Monday, Apr. 14, 1924

From New Hampshire

Geography means nothing to a New Englander. As far as he is concerned, Idaho may or may not be on the Pacific coast, and Wisconsin may be north of Michigan, or again it may not. So apparently in the choice of an Attorney General, other considerations weighed more with President Coolidge than that the man should be a Westerner and ? Progressive.

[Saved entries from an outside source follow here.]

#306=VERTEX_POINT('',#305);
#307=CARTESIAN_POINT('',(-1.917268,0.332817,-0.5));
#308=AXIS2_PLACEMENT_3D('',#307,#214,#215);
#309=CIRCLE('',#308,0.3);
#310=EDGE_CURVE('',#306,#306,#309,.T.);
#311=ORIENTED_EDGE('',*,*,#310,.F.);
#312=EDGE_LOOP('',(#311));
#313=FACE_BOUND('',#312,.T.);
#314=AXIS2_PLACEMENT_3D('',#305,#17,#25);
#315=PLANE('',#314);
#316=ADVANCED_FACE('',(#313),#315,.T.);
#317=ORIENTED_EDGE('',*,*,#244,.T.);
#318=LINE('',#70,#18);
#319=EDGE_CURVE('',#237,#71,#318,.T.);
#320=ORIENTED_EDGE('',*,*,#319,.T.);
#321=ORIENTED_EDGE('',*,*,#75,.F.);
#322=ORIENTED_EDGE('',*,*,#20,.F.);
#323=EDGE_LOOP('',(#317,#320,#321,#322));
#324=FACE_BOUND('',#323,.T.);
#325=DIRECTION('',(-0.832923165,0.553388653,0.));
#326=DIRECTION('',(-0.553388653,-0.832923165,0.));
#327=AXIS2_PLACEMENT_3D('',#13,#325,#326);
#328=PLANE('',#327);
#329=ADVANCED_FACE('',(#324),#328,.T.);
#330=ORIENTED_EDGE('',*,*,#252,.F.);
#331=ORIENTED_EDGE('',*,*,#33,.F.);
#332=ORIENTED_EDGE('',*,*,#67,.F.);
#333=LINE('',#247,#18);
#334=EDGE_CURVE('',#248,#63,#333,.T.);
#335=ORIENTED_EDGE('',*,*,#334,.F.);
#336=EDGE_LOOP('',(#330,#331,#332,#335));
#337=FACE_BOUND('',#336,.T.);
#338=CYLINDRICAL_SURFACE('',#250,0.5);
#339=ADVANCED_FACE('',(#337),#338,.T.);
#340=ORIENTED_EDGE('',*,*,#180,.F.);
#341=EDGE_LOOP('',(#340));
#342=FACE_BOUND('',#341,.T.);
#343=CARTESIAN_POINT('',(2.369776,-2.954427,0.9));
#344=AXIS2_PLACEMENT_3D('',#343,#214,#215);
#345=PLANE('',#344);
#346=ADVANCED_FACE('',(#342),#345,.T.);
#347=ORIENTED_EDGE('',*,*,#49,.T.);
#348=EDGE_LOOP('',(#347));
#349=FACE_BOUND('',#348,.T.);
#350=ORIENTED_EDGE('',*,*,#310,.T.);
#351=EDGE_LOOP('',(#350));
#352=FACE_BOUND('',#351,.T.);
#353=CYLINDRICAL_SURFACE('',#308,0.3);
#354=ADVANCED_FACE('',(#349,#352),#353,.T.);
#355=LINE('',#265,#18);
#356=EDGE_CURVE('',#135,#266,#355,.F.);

To be sure, Judge Kenyon of Iowa measured up to the specification of Westerner and Progressive. Republican Senators, with the coming campaign in mind, were not slow in urging Judge Kenyon's appointment. But the President considered. One evening he sent a telegram to Manhattan, and next morning Harlan Fiske Stone, Dean of the Columbia Law School, breakfasted at the White House. A bevy of Senators-Lodge, Borah, Watson, Curtis, Moses and others--were in attendance and talked with Dean Stone. At 10 A. M. Dean Stone's nomination was announced. At noon the nomination was before the Senate.

If the President had searched the country to find the greatest antithesis of Mr. Daugherty, he might well have discovered Mr. Stone in that way. But no such widespread search was necessary. Stone was an Amherst man. He had been born and reared at Chesterfield, in New Hampshire, right next to Vermont. From Amherst he was graduated in '94 when Cal Coolidge was a Junior. Four years later he was graduated from Columbia Law School. Thereafter he began simultaneously to practice law and to teach (at Columbia). He became a member of the firm of Satterlee, Canfield & Stone. In 1910 he became Dean of the Columbia Law School. A year ago he was given leave of absence as Dean and became a member of Sullivan & Cromwell.

Now, ripened 51 years, Dean Stone is solidly built, clean shaven, energetic, quieta business man and a scholar. At college he played centre on the football eleven.-- Now his only outdoor sport is fishing. For recreation he reads serious books. His love of work is insatiable.

In politics, or rather as a citizen, for he has never been in politics, he is a Republican. In regard to confirming his nomination, two political considerations came before the Senate. His former law partner, Herbert L. Satterlee, married a daughter of the late J. Pierpont Morgan. This consideration weighed against Dean Stone with Progressives. But against it was another consideration which weighed equally heavily: during the days of the late War, when Attorney General A. Mitchell Palmer was hot on the trail of Reds, Mr. Stone wrote a letter to a subcommittee of the Senate which was investigating those raids. In that letter he protested that the Department of Justice was acting unconstitutionally in denying "due process of law" to arrested aliens.

These were the only two political points in the career of the new Attorney General. Aside from them, his one claim to distinction was that he had performed his previous duties as Law School head, extremely well. The Judiciary Committee of the Senate considered, and approved him. Dean Stone's brother, Dr. Winthrop Ellsworth Stone, President of Purdue University, was killed three years ago by a fall while climbing in the Canadian Rockies. Dean Stone's two sons are at Harvard, one an undergraduate, the other an instructor in mathematics.

*Herbert L. Pratt, the now President of the Standard Oil Co. of New York, was quarterback on the same team.